More about Undercoats – You Barely Hold the Glass

by David Williams

Right! In his last post, Stephen challenged you to do it with one hand tied behind your back.

Undercoating, I mean.

And several people wrote how maybe they were heavy-handed, because no matter how they tried, their glass always spun away across the light-box.

So I reckon the best thing now is to show you what we mean.

Sounds good to you?

Great! So you know what to do now, don’t you – read on!

Undercoats are great because …

OK, if you missed Stephen’s earlier post, please see it here – it explains four big benefits of undercoating your glass before you trace and shade it.

That’s why a light touch is best

And Stephen’s point was, it’s virtually hands-free – you generally don’t need to hold the glass you’re painting.

This is important because a light touch will give you a gentle, even undercoat.

OK so maybe that’s easier said than done.

Which is why I dug through our video archives and spliced these clips together for you here.

Please note: I’m not showing you how to mix your paint or load your brush or anything like that right now.

All I want to do is show you how to move your brush across the surface of the glass, and also how to blend your paint.

Is all!

So turn on your volume and have a look at this, why don’t you …

If the video’s not showing (like you’ve just got a rectangular black box) then maybe you need the latest version of Adobe Flash.

And if the play-back isn’t smooth, just hit the Pause button, and let the whole film load.

Thing is, undercoats are so useful, they’re absolutely worth practicing until you get them right.

And now you know: the best test of doing them right is … you barely need to hold the glass.

Happy glass painting!

David

Comments on this entry are closed.

{ 7 comments }

Hassan Alsaffar

Hello David,

Thank you for this useful information. Frankly speaking, since I started the undercoat method in my glass painting, I notice that I am more able to do my line tracing and that I can control how dark the glass I am painting is, and many other things besides! I for one am sure I will not be able to do all these things without painting an undercoat.

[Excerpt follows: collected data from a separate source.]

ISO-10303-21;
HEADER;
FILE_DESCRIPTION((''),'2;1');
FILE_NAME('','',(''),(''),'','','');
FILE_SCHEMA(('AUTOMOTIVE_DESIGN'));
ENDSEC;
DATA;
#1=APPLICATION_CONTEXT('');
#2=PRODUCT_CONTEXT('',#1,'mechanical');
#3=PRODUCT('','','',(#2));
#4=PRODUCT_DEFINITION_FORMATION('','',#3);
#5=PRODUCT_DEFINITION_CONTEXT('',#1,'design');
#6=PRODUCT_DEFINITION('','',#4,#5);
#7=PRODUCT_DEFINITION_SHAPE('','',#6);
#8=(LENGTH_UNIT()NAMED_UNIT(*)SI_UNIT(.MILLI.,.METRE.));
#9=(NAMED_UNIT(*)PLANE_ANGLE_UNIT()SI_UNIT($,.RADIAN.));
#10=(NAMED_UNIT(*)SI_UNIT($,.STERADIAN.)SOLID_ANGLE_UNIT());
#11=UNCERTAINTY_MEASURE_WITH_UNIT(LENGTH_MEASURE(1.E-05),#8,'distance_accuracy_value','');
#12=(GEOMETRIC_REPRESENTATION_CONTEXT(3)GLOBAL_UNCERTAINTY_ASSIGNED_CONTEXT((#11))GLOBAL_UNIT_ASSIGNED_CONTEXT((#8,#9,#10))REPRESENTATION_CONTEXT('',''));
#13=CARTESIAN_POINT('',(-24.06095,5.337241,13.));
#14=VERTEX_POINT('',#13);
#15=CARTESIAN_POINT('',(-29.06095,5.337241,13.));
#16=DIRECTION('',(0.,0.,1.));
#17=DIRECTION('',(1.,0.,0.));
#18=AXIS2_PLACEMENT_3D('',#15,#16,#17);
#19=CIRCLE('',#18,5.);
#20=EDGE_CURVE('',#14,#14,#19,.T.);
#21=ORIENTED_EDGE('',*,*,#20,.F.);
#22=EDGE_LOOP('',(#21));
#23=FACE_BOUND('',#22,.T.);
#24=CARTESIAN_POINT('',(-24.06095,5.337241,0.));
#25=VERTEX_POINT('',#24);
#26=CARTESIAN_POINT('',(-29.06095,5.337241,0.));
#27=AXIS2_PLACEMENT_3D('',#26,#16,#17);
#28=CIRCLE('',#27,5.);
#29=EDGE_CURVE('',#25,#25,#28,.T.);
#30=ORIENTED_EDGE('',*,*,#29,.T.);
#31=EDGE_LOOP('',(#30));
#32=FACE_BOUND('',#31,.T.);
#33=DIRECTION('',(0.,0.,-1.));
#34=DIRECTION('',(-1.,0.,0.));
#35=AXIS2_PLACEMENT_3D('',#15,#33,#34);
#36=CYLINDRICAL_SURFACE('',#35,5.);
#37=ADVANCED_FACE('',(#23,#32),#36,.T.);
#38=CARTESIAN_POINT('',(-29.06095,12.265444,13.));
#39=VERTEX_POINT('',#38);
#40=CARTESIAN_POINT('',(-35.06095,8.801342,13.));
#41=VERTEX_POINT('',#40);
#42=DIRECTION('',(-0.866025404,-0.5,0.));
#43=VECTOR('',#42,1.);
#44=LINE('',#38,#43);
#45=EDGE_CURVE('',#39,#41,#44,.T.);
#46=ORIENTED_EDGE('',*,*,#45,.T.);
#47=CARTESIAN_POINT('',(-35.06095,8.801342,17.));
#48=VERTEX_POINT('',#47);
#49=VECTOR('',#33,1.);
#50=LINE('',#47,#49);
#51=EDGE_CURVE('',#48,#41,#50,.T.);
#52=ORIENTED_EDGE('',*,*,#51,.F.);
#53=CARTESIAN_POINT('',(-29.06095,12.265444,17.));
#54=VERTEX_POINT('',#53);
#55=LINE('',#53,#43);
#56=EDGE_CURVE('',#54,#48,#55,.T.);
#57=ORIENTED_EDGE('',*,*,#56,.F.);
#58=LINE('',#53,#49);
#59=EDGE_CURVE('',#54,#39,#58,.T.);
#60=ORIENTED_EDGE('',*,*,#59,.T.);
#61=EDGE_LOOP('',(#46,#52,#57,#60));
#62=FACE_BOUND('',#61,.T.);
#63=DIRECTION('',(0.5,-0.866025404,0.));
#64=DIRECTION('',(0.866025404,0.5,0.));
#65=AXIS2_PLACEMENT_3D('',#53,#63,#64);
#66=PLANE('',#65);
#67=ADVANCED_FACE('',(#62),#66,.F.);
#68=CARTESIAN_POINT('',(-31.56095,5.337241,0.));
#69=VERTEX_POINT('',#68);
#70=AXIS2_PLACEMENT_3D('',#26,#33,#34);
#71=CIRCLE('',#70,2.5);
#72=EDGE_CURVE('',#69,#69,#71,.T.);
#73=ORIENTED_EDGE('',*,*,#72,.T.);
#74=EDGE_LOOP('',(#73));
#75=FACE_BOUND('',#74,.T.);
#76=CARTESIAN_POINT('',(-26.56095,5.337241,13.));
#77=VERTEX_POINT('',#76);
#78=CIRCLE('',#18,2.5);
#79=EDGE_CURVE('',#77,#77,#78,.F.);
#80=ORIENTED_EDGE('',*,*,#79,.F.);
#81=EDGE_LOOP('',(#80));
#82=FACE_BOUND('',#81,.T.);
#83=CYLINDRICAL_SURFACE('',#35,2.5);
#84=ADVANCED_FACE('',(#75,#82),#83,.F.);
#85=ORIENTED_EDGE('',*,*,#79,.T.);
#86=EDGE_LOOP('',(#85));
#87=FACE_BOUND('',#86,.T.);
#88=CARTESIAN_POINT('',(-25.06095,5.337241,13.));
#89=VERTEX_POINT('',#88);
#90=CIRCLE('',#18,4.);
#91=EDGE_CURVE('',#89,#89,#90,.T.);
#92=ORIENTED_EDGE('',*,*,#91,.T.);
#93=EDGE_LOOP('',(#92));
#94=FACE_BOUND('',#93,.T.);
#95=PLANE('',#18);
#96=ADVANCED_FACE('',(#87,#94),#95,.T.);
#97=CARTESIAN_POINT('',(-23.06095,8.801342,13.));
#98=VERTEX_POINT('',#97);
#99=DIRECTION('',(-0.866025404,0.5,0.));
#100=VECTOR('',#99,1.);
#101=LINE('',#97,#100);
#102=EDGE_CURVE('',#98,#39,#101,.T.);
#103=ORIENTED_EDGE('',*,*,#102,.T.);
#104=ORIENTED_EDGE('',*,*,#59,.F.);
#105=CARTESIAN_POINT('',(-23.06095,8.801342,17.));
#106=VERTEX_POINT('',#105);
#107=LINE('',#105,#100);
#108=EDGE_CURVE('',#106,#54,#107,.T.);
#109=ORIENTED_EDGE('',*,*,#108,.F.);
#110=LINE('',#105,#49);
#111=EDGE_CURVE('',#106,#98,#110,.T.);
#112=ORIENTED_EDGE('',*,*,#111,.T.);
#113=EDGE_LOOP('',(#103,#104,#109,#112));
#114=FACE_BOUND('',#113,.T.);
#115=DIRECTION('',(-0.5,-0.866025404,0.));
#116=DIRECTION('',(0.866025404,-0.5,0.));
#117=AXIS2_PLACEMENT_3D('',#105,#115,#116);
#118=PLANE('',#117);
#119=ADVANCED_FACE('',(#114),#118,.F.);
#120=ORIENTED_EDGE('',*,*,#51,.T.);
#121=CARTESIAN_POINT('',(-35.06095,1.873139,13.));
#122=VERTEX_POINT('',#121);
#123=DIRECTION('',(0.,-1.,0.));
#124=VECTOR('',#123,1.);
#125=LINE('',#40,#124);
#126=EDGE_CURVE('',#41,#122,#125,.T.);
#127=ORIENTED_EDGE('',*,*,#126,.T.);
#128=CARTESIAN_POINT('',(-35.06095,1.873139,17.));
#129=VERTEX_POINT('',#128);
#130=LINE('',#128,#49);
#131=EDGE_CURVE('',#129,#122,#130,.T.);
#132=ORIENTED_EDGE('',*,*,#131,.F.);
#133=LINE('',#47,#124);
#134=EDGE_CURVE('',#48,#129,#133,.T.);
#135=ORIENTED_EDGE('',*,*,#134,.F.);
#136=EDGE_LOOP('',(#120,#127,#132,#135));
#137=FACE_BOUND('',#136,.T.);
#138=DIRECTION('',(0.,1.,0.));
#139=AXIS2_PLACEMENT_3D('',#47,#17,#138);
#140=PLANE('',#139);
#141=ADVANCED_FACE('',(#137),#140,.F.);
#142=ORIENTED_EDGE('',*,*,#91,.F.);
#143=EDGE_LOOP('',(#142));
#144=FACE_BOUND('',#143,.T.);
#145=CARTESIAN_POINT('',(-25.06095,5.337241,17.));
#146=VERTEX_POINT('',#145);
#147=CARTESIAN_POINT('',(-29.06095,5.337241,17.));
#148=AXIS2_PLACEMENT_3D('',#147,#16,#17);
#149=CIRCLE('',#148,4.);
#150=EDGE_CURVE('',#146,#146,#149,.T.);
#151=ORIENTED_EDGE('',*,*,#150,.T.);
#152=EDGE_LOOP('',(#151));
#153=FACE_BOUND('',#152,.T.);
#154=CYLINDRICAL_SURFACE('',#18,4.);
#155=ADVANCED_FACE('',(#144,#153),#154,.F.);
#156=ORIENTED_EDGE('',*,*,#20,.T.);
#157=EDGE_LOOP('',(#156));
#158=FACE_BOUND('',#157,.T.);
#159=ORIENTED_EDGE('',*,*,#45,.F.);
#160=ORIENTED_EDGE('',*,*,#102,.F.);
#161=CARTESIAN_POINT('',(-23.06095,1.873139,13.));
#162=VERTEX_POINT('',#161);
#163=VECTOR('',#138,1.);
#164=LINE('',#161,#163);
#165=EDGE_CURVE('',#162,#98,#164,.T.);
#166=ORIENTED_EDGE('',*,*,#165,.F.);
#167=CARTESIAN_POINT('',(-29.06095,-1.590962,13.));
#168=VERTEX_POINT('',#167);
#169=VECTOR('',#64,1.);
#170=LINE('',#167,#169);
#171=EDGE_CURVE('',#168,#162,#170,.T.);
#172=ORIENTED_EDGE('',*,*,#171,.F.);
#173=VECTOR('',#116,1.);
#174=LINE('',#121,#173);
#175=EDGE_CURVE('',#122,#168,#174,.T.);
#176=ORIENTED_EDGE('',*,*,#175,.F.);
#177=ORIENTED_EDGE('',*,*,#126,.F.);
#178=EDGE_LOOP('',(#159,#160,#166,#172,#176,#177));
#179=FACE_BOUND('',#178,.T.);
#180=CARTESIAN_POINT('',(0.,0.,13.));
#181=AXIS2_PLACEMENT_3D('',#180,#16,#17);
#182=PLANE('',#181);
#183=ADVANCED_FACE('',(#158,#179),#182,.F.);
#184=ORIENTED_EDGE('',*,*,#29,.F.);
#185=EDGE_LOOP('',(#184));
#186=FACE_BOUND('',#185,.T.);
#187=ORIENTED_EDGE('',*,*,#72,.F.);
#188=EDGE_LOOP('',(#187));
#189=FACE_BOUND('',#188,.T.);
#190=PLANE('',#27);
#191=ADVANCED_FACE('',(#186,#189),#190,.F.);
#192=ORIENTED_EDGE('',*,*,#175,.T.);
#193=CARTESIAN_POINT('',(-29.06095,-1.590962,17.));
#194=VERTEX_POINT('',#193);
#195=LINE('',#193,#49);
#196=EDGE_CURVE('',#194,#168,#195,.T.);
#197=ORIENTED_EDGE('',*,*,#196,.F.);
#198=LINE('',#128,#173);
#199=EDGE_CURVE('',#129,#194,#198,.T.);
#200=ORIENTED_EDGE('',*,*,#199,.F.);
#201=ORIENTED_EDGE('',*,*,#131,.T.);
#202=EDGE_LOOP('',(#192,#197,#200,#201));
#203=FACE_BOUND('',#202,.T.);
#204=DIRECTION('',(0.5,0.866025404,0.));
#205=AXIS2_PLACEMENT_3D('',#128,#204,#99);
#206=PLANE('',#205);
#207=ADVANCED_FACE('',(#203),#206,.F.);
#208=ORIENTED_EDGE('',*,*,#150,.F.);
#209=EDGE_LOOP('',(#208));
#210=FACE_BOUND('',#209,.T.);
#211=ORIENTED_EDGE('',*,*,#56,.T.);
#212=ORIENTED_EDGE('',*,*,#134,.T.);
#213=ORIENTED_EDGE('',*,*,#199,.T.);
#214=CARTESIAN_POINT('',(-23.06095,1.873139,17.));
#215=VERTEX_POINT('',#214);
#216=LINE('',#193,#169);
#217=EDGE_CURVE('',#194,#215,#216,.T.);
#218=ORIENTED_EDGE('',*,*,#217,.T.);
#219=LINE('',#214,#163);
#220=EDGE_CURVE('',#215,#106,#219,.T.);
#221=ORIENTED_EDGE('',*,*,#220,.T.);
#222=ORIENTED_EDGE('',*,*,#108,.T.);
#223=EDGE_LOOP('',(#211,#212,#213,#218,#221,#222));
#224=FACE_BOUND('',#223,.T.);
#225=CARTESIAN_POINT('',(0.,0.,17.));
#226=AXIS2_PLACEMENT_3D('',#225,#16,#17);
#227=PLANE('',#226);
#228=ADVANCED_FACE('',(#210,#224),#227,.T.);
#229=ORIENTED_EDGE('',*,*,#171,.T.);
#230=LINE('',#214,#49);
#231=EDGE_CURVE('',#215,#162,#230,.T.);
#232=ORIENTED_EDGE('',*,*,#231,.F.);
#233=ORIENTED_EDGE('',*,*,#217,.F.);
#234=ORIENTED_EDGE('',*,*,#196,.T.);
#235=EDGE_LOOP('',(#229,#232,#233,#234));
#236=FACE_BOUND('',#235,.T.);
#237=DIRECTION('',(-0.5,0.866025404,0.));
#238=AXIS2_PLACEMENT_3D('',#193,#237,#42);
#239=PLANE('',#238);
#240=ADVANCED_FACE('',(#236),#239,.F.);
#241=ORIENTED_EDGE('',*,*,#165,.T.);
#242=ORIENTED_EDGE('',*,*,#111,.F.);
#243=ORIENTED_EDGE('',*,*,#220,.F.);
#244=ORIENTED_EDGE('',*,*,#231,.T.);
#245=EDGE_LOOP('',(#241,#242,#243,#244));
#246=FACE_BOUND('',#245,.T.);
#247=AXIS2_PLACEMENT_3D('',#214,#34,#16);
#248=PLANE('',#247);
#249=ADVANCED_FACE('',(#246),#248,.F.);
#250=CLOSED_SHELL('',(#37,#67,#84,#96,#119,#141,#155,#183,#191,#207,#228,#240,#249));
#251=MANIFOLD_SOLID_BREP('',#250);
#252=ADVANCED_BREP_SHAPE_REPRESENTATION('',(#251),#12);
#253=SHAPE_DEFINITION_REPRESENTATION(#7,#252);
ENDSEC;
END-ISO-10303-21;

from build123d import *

# Parameters (mm, degrees)
SKETCH2_R           = 5
BOSS_EXTRUDE1_DEPTH = 13
BOSS_EXTRUDE2_DEPTH = 4
SKETCH4_R           = 2.5
CUT_EXTRUDE1_DEPTH  = 13
SKETCH5_R           = 4
CUT_EXTRUDE2_DEPTH  = 4


with BuildPart() as part:
    # Sketch2 → Boss-Extrude1 (new body)
    with BuildSketch(Plane.XY):
        with Locations((-29.060949788, 5.337240829)):
            Circle(SKETCH2_R)
    extrude(amount=BOSS_EXTRUDE1_DEPTH)

    # Sketch3 → Boss-Extrude2 (add)
    with BuildSketch(Plane.XY.offset(13)):
        Polygon((-29.060949788, -1.590962401), (-23.060949788, 1.873139214), (-23.060949788, 8.801342444), (-29.060949788, 12.26544406), (-35.060949788, 8.801342444), (-35.060949788, 1.873139214), align=None)
    extrude(amount=BOSS_EXTRUDE2_DEPTH)

    # Sketch4 → Cut-Extrude1 (cut)
    with BuildSketch(Plane(origin=(0, 0, 0), x_dir=(-1, 0, 0), z_dir=(0, 0, -1))):
        with Locations((29.060949788, 5.337240829)):
            Circle(SKETCH4_R)
    extrude(amount=-CUT_EXTRUDE1_DEPTH, mode=Mode.SUBTRACT)

    # Sketch5 → Cut-Extrude2 (cut)
    with BuildSketch(Plane.XY.offset(17)):
        with Locations((-29.060949788, 5.337240829)):
            Circle(SKETCH5_R)
    extrude(amount=-CUT_EXTRUDE2_DEPTH, mode=Mode.SUBTRACT)


solid = part.part
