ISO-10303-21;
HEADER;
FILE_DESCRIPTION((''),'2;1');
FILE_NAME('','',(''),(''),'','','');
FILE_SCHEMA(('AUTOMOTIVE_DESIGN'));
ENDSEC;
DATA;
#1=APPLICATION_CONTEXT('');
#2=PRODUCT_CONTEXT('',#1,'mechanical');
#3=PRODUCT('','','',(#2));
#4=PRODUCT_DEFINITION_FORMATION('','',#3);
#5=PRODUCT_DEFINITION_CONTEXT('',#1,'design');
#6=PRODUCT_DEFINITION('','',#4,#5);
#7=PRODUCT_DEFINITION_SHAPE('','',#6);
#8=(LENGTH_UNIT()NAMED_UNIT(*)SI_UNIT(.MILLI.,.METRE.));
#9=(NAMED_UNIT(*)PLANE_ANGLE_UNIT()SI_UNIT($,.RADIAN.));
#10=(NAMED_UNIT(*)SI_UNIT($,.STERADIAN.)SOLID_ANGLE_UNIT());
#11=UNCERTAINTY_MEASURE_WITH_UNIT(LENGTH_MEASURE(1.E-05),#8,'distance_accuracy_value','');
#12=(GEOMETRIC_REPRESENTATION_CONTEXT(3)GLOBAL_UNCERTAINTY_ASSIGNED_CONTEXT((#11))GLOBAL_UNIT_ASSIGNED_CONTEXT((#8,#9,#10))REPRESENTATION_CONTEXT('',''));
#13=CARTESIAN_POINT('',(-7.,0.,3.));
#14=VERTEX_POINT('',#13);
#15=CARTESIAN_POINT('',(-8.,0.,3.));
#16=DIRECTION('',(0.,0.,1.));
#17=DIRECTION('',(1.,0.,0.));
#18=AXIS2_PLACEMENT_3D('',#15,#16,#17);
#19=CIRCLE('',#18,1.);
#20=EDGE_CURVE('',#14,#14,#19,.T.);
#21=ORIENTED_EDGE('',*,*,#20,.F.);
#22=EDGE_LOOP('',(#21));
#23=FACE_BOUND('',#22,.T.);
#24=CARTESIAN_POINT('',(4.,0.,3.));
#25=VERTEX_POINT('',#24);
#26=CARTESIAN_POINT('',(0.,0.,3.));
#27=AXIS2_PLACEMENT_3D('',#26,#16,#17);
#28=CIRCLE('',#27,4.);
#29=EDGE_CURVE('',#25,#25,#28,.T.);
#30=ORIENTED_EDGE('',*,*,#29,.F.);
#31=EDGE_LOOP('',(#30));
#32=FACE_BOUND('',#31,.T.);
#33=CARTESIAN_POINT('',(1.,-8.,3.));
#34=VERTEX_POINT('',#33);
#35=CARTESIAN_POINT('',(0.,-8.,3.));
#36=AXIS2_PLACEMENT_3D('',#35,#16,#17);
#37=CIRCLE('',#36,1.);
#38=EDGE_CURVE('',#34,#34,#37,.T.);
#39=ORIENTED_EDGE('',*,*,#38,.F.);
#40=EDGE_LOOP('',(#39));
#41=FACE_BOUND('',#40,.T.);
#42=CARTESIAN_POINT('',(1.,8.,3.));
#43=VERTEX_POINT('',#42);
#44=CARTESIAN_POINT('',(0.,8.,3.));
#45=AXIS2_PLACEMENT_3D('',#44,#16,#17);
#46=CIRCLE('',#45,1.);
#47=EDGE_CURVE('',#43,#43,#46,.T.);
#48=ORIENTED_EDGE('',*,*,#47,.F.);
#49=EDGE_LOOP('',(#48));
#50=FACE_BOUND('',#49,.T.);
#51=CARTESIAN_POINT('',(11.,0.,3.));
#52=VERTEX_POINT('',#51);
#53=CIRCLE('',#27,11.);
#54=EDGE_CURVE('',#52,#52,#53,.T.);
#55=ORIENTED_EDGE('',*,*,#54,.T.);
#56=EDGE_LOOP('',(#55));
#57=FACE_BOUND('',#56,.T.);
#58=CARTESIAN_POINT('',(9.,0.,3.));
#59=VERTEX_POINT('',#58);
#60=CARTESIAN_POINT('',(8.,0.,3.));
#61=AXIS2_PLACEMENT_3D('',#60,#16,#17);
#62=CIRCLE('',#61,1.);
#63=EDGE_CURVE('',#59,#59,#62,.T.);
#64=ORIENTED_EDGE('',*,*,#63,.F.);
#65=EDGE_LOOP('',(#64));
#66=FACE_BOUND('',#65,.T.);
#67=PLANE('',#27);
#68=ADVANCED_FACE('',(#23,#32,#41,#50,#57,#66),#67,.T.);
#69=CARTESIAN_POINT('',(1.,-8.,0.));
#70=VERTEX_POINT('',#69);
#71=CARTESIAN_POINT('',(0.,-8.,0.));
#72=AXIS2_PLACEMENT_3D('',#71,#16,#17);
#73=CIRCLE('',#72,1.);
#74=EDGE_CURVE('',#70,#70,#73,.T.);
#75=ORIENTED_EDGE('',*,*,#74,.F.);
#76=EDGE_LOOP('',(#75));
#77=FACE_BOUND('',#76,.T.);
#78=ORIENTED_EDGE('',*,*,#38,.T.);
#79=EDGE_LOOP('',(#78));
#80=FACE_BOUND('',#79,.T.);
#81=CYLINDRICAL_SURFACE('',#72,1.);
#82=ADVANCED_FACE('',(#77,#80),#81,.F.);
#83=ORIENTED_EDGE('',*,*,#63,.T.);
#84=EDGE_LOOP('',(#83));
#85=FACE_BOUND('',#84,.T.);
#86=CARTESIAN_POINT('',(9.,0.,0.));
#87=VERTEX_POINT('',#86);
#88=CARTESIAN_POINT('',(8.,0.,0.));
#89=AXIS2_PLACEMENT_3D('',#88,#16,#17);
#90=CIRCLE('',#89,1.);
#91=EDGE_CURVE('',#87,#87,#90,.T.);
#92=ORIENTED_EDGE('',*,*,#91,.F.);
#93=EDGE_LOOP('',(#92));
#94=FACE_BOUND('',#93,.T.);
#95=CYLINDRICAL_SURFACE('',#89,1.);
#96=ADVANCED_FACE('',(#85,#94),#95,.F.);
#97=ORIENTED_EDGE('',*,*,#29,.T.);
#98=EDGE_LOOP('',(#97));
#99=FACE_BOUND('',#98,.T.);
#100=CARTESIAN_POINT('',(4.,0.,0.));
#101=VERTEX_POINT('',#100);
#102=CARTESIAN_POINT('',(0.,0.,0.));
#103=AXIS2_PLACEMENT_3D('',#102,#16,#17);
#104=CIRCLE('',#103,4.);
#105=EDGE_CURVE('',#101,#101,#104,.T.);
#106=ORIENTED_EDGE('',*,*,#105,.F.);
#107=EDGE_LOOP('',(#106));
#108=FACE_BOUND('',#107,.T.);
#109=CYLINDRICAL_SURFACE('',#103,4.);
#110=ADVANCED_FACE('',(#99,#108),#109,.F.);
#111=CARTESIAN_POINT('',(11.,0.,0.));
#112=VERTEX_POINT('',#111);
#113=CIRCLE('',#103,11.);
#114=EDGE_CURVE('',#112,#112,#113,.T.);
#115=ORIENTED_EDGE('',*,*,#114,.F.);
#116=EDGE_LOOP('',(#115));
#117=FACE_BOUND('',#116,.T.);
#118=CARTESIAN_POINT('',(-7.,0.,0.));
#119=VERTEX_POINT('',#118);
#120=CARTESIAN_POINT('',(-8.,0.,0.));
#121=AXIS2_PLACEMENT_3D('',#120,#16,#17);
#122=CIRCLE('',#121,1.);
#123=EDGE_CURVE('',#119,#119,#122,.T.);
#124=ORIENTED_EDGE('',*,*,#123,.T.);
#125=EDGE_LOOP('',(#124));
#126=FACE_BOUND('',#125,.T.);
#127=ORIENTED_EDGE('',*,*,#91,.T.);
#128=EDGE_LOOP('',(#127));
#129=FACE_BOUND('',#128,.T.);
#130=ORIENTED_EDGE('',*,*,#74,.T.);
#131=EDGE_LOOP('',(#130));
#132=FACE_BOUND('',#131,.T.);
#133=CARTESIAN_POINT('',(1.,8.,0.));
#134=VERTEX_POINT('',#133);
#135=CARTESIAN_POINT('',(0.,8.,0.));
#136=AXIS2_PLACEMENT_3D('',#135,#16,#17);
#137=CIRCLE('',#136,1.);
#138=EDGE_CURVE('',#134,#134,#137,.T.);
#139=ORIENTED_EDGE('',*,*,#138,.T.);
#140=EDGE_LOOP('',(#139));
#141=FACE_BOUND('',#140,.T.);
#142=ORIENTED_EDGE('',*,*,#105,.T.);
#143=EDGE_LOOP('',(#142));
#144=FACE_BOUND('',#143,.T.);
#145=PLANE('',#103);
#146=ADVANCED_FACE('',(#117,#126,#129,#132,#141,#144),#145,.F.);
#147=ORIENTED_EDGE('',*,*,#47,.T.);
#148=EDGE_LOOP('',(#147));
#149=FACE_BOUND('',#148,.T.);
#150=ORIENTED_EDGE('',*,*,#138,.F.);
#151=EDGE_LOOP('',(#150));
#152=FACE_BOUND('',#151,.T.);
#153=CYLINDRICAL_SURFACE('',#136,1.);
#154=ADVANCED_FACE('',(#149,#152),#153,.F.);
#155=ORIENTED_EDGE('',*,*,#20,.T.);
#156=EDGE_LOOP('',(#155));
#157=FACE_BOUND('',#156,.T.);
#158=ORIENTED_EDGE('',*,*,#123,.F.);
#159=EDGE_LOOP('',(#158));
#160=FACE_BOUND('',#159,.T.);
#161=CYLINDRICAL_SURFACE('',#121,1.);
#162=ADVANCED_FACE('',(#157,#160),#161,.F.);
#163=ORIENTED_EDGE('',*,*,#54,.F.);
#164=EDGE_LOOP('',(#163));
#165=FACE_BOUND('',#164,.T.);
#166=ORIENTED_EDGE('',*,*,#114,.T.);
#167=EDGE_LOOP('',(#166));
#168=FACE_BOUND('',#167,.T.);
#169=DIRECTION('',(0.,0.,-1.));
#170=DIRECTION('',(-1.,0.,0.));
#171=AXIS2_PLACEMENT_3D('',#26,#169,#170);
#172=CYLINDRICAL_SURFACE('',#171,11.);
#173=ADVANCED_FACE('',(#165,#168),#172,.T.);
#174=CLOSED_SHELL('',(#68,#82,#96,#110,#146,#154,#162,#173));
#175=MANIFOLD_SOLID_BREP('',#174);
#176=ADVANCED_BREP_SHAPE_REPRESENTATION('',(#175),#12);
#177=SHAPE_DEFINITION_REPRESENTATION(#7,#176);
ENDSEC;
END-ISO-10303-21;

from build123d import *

# Parameters (mm, degrees)
ESQUISSE1_R             = 11
BOSS_EXTRU_1_DEPTH      = 3
ESQUISSE2_R             = 4
ESQUISSE2_R_2           = 1
ENL_V_MAT_EXTRU_1_DEPTH = 3


with BuildPart() as part:
    # Esquisse1 → Boss.-Extru.1 (new body)
    with BuildSketch(Plane.XY):
        Circle(ESQUISSE1_R)
    extrude(amount=BOSS_EXTRU_1_DEPTH)

    # Esquisse2 → Enlèv. mat.-Extru.1 (cut)
    with BuildSketch(Plane.XY.offset(3)):
        Circle(ESQUISSE2_R)
        with Locations((0, 8)):
            Circle(ESQUISSE2_R_2)
        with Locations((0, -8)):
            Circle(ESQUISSE2_R_2)
        with Locations((8, 0)):
            Circle(ESQUISSE2_R_2)
        with Locations((-8, 0)):
            Circle(ESQUISSE2_R_2)
    extrude(amount=-ENL_V_MAT_EXTRU_1_DEPTH, mode=Mode.SUBTRACT)


solid = part.part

Regards to you and Stephen and both your families!
Hassan

Jason Harris

Hello David:

I noticed on quite a few of those pieces you started coating it and then felt compelled to get your finger in there to rub the surface of the glass. What was that about? I can only think it was some water beading at the edge, but I would of thought oil from your fingers would make the problem worse. Do tell!

Regards,

Jason H.

David Williams

Hello Jason,

The glass was a tiny bit dirty to start with. There was a whole batch I’d prepared the previous day and I should have undercoated them the previous day but I didn’t … so the next morning, grease had “got to” some of them.

And yes, you might expect my hands to be greasy, but after painting for a while, they’re actually quite abrasive!

All the best,
David

Julio Antonioli

When you get your finger in there to rub surface of the glass, are you cleaning oil away maybe?

Thank you, David and Stephen, for your mails. (I write to you from Lima, Peru.)

Julio

David Williams

Hi Julio in Lima!

Yes, I rubbed the glass with my very dirty fingers in order to remove some grease I should have removed before.

I am happy for you and everyone to see me “spot-cleaning” the glass like this because it’s good for people to know how you sometimes have to push through a job and the obstacles it throws up. So if the undercoat doesn’t go on as smoothly as I might wish, I just go over it a second time – “good enough” is, yes, good enough – then blend it carefully until it’s … good enough.

Of course it all depends on what is coming next. With all of these pieces, there will be a lot of tracing, shading, highlighting and painting with oil. So I can afford to be a little bit “rough and ready” with the undercoat.

All the best,
David

Robert Fassler

A bit of “Contact” paper or similar adhesive shelf liner can be used to hold small pieces. Cut a bit off the roll, remove the backing paper and place sticky side up on your light table. You can tape it down to the light table with a couple of pieces of masking tape. It should be tacky enough to hold the small pieces whilst undercoating, yet release easily with no adhesive residue on the underside of the glass.

David Williams

Thanks, Robert – that’s a good tip. (I sometimes use children’s modelling clay myself.) Here, I just had two small pieces, so I was happy to fiddle with my fingers (as you saw). But you’re absolutely right – any more pieces than that, and it would definitely be a helpful idea to use tape or clay to hold them down.